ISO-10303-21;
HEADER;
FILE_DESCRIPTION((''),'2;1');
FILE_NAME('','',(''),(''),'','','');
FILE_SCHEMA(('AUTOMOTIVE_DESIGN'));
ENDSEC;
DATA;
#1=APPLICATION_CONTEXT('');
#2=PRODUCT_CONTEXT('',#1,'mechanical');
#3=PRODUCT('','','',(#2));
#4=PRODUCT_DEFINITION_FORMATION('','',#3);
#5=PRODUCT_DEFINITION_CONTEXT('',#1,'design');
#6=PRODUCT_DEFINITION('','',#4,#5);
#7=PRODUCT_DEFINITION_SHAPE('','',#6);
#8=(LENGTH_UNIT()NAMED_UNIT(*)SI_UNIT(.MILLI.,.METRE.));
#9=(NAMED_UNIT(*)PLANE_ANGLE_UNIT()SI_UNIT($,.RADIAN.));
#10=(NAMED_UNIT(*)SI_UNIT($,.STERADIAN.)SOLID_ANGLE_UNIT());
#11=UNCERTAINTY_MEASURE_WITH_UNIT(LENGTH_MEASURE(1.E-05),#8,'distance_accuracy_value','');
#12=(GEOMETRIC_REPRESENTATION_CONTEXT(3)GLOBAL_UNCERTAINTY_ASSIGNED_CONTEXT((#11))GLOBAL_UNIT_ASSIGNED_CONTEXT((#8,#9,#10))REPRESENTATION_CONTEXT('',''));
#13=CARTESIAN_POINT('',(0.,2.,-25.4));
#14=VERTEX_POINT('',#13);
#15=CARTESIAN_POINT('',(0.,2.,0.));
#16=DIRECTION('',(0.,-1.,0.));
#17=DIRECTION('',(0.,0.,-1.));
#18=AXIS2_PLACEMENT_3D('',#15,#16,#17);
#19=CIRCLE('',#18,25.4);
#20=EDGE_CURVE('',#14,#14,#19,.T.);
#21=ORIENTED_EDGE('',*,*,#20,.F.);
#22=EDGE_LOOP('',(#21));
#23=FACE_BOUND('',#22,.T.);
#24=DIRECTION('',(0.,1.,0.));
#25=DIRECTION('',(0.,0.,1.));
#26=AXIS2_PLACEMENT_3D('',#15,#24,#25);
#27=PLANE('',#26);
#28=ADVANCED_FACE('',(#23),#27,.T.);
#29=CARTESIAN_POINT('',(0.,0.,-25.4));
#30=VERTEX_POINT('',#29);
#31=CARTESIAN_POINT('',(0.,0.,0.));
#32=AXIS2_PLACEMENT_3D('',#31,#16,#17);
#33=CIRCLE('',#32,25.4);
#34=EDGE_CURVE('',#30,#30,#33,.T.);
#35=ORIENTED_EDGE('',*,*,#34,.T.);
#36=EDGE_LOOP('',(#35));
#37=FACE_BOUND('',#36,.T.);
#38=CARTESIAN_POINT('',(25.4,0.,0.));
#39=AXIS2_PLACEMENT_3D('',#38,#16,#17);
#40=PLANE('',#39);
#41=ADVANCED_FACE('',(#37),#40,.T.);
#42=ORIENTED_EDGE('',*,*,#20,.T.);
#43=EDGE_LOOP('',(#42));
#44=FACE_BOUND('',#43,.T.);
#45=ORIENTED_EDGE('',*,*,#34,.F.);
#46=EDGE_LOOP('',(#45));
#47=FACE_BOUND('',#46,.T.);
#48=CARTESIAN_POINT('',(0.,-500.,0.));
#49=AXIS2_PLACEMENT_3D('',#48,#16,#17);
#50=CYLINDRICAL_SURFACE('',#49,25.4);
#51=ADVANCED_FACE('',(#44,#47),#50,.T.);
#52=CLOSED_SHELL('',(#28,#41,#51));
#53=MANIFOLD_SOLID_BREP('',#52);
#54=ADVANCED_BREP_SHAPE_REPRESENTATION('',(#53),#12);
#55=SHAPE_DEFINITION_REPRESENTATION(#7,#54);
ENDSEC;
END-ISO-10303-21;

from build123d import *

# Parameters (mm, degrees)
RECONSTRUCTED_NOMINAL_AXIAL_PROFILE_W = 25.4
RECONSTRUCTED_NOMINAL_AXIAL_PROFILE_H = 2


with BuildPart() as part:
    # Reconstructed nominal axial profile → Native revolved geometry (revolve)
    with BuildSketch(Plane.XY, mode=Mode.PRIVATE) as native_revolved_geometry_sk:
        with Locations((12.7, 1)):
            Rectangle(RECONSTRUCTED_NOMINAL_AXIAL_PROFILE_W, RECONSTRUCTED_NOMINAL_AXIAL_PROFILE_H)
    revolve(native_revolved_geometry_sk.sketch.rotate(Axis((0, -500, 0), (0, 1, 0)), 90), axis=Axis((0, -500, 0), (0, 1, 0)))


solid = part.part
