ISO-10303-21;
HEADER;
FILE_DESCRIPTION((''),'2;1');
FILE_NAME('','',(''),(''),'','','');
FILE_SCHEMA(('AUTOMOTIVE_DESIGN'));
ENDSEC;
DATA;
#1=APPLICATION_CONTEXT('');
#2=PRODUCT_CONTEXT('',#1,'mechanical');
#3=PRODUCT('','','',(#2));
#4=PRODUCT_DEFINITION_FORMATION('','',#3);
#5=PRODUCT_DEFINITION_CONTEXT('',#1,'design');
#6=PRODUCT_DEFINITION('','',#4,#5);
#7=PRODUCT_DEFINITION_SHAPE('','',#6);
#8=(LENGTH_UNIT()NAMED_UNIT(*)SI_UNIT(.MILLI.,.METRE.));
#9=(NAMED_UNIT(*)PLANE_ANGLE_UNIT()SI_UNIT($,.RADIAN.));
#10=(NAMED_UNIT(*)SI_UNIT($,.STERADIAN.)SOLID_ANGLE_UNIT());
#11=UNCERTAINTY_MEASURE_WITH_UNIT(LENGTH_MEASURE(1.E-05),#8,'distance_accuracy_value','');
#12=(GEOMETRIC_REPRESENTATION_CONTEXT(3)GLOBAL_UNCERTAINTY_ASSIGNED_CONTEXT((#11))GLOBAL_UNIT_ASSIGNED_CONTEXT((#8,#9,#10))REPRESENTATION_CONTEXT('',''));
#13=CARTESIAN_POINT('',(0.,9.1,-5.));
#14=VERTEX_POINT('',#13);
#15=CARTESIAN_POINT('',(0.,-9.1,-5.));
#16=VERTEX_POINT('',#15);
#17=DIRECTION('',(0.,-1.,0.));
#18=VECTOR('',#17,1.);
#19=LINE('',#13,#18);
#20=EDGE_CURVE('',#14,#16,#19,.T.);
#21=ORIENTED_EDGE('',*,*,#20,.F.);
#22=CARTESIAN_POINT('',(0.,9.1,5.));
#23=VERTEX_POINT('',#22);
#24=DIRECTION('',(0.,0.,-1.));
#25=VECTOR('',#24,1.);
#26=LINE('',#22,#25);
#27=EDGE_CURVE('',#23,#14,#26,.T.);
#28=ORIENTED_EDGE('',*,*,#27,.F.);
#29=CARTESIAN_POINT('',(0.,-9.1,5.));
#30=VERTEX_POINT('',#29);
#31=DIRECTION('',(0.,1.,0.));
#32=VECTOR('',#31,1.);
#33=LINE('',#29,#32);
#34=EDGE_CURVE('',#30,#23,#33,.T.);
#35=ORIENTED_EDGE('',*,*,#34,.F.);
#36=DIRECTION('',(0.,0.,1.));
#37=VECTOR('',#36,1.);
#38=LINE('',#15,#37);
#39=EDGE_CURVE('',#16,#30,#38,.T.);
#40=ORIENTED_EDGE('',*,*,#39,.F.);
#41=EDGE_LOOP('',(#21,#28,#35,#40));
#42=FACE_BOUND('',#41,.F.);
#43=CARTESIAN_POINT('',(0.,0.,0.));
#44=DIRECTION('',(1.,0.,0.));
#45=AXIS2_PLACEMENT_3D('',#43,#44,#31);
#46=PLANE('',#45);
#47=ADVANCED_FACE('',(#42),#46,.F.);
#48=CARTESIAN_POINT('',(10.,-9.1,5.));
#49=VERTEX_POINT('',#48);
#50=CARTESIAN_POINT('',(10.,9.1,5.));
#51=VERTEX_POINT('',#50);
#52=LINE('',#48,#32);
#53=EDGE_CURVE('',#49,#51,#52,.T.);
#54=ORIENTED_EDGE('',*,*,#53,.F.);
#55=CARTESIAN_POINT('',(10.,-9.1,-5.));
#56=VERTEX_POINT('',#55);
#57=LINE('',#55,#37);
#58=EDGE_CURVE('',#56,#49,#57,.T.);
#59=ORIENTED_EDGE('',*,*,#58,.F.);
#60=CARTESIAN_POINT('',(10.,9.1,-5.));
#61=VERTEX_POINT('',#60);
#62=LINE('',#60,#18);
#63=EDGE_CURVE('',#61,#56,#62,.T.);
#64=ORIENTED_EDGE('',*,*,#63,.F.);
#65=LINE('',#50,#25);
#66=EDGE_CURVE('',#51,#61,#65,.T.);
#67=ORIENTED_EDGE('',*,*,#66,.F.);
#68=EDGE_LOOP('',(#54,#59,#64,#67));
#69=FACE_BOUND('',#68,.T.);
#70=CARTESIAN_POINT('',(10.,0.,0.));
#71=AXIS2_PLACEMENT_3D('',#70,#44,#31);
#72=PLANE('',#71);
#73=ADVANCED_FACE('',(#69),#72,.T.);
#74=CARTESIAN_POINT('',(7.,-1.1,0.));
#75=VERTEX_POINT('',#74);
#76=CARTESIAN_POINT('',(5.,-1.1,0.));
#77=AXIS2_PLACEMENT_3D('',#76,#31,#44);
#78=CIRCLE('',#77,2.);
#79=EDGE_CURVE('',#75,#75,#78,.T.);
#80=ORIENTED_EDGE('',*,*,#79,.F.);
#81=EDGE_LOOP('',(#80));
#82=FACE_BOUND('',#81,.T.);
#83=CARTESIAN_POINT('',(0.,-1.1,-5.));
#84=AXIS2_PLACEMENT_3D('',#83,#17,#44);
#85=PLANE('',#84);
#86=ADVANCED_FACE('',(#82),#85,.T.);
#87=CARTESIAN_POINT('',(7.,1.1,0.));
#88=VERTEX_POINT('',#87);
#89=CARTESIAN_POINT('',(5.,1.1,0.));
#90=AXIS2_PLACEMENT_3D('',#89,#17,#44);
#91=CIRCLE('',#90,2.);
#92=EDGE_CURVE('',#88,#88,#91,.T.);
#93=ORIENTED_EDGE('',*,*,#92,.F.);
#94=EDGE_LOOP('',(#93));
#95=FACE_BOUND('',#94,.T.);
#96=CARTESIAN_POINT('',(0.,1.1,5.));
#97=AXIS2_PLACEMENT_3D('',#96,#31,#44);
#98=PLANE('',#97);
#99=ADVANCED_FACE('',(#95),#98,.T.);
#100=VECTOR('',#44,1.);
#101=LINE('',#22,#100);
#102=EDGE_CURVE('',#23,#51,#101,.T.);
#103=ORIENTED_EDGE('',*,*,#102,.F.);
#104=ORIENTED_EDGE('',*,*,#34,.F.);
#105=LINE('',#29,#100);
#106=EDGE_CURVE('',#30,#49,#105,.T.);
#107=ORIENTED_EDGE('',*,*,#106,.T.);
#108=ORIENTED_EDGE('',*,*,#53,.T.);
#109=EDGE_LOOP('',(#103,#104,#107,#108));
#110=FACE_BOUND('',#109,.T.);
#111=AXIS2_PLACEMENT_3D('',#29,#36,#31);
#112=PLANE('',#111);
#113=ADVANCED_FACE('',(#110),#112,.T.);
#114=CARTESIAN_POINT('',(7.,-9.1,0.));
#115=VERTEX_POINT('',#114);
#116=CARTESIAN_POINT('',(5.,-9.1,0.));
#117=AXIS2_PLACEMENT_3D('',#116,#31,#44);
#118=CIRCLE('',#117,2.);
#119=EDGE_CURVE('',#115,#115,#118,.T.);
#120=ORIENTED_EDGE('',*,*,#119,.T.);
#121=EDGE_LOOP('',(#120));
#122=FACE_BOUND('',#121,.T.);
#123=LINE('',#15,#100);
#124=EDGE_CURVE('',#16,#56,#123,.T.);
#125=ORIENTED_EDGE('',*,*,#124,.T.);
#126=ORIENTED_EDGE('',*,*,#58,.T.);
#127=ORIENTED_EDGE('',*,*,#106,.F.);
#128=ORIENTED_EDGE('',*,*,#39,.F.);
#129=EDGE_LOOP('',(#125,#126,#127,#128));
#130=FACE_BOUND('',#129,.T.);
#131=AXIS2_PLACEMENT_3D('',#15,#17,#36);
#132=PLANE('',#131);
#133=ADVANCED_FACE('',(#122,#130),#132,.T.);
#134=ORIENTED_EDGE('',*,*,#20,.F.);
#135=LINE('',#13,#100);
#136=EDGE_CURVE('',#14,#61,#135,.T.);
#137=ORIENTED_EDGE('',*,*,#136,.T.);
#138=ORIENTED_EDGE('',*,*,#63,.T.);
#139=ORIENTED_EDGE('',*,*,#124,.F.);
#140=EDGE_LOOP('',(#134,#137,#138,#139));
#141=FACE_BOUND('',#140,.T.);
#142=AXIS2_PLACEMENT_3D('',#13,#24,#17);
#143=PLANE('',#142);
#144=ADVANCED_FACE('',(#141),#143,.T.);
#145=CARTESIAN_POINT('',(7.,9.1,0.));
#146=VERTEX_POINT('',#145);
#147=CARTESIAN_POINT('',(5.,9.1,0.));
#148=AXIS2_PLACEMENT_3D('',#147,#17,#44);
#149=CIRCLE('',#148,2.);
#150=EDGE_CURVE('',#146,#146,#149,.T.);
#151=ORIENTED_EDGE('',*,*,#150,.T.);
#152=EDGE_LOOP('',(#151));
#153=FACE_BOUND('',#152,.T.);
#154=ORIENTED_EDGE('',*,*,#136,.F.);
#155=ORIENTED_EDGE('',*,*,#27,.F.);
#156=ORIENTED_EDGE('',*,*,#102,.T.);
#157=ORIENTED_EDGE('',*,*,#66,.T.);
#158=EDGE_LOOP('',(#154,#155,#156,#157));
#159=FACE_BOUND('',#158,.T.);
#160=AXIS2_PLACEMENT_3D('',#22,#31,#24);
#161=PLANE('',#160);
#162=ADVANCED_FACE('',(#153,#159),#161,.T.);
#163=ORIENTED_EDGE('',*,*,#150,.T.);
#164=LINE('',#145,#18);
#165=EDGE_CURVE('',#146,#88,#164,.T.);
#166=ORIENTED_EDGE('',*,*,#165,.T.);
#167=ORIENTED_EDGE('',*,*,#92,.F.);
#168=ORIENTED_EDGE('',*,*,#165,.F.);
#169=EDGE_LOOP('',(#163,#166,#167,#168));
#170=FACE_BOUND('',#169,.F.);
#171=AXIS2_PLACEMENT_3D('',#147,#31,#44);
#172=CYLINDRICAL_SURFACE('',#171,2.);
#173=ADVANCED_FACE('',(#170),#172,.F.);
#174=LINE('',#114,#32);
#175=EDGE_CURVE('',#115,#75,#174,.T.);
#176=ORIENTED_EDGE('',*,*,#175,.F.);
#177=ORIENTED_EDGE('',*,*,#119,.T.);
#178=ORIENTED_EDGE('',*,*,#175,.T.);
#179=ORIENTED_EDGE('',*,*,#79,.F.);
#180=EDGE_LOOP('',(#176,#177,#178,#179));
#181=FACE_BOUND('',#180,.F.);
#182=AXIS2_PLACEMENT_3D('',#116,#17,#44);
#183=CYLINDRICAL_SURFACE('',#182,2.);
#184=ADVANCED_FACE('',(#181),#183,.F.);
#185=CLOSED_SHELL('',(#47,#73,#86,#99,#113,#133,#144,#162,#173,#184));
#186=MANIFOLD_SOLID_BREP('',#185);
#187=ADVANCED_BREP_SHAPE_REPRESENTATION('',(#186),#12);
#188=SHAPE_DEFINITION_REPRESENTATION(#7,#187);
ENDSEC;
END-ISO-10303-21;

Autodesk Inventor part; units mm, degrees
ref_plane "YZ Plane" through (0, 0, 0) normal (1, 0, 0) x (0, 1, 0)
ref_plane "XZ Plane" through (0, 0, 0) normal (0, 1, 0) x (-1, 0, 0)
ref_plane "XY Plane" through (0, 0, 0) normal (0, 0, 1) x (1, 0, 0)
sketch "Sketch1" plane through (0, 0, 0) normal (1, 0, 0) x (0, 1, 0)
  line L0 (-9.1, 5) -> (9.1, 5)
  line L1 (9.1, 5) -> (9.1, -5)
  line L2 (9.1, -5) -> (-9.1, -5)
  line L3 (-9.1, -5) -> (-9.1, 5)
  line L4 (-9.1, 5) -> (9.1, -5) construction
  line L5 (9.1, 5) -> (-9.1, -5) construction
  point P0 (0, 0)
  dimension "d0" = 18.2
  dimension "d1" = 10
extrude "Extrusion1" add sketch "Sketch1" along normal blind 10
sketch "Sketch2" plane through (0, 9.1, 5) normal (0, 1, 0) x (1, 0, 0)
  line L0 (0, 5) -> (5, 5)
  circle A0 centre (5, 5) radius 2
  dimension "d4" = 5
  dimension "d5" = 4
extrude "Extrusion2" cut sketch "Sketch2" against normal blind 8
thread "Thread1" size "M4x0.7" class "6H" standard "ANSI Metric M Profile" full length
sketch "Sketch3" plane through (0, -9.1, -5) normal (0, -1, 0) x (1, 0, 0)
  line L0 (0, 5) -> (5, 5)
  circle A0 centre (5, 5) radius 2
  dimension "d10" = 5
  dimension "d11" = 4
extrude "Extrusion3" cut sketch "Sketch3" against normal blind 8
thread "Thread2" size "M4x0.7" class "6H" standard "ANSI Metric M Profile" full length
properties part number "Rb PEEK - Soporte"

▬▬▬▬▬▬

__About this exercise__:
Give back, exactly as written, the stretch from the line with "#61=VERTEX_POINT('',#60);" through the line with "#105=LINE('',#29,#100);", and no other lines from the records above.

__Exercise solution__:
#61=VERTEX_POINT('',#60);
#62=LINE('',#60,#18);
#63=EDGE_CURVE('',#61,#56,#62,.T.);
#64=ORIENTED_EDGE('',*,*,#63,.F.);
#65=LINE('',#50,#25);
#66=EDGE_CURVE('',#51,#61,#65,.T.);
#67=ORIENTED_EDGE('',*,*,#66,.F.);
#68=EDGE_LOOP('',(#54,#59,#64,#67));
#69=FACE_BOUND('',#68,.T.);
#70=CARTESIAN_POINT('',(10.,0.,0.));
#71=AXIS2_PLACEMENT_3D('',#70,#44,#31);
#72=PLANE('',#71);
#73=ADVANCED_FACE('',(#69),#72,.T.);
#74=CARTESIAN_POINT('',(7.,-1.1,0.));
#75=VERTEX_POINT('',#74);
#76=CARTESIAN_POINT('',(5.,-1.1,0.));
#77=AXIS2_PLACEMENT_3D('',#76,#31,#44);
#78=CIRCLE('',#77,2.);
#79=EDGE_CURVE('',#75,#75,#78,.T.);
#80=ORIENTED_EDGE('',*,*,#79,.F.);
#81=EDGE_LOOP('',(#80));
#82=FACE_BOUND('',#81,.T.);
#83=CARTESIAN_POINT('',(0.,-1.1,-5.));
#84=AXIS2_PLACEMENT_3D('',#83,#17,#44);
#85=PLANE('',#84);
#86=ADVANCED_FACE('',(#82),#85,.T.);
#87=CARTESIAN_POINT('',(7.,1.1,0.));
#88=VERTEX_POINT('',#87);
#89=CARTESIAN_POINT('',(5.,1.1,0.));
#90=AXIS2_PLACEMENT_3D('',#89,#17,#44);
#91=CIRCLE('',#90,2.);
#92=EDGE_CURVE('',#88,#88,#91,.T.);
#93=ORIENTED_EDGE('',*,*,#92,.F.);
#94=EDGE_LOOP('',(#93));
#95=FACE_BOUND('',#94,.T.);
#96=CARTESIAN_POINT('',(0.,1.1,5.));
#97=AXIS2_PLACEMENT_3D('',#96,#31,#44);
#98=PLANE('',#97);
#99=ADVANCED_FACE('',(#95),#98,.T.);
#100=VECTOR('',#44,1.);
#101=LINE('',#22,#100);
#102=EDGE_CURVE('',#23,#51,#101,.T.);
#103=ORIENTED_EDGE('',*,*,#102,.F.);
#104=ORIENTED_EDGE('',*,*,#34,.F.);
#105=LINE('',#29,#100);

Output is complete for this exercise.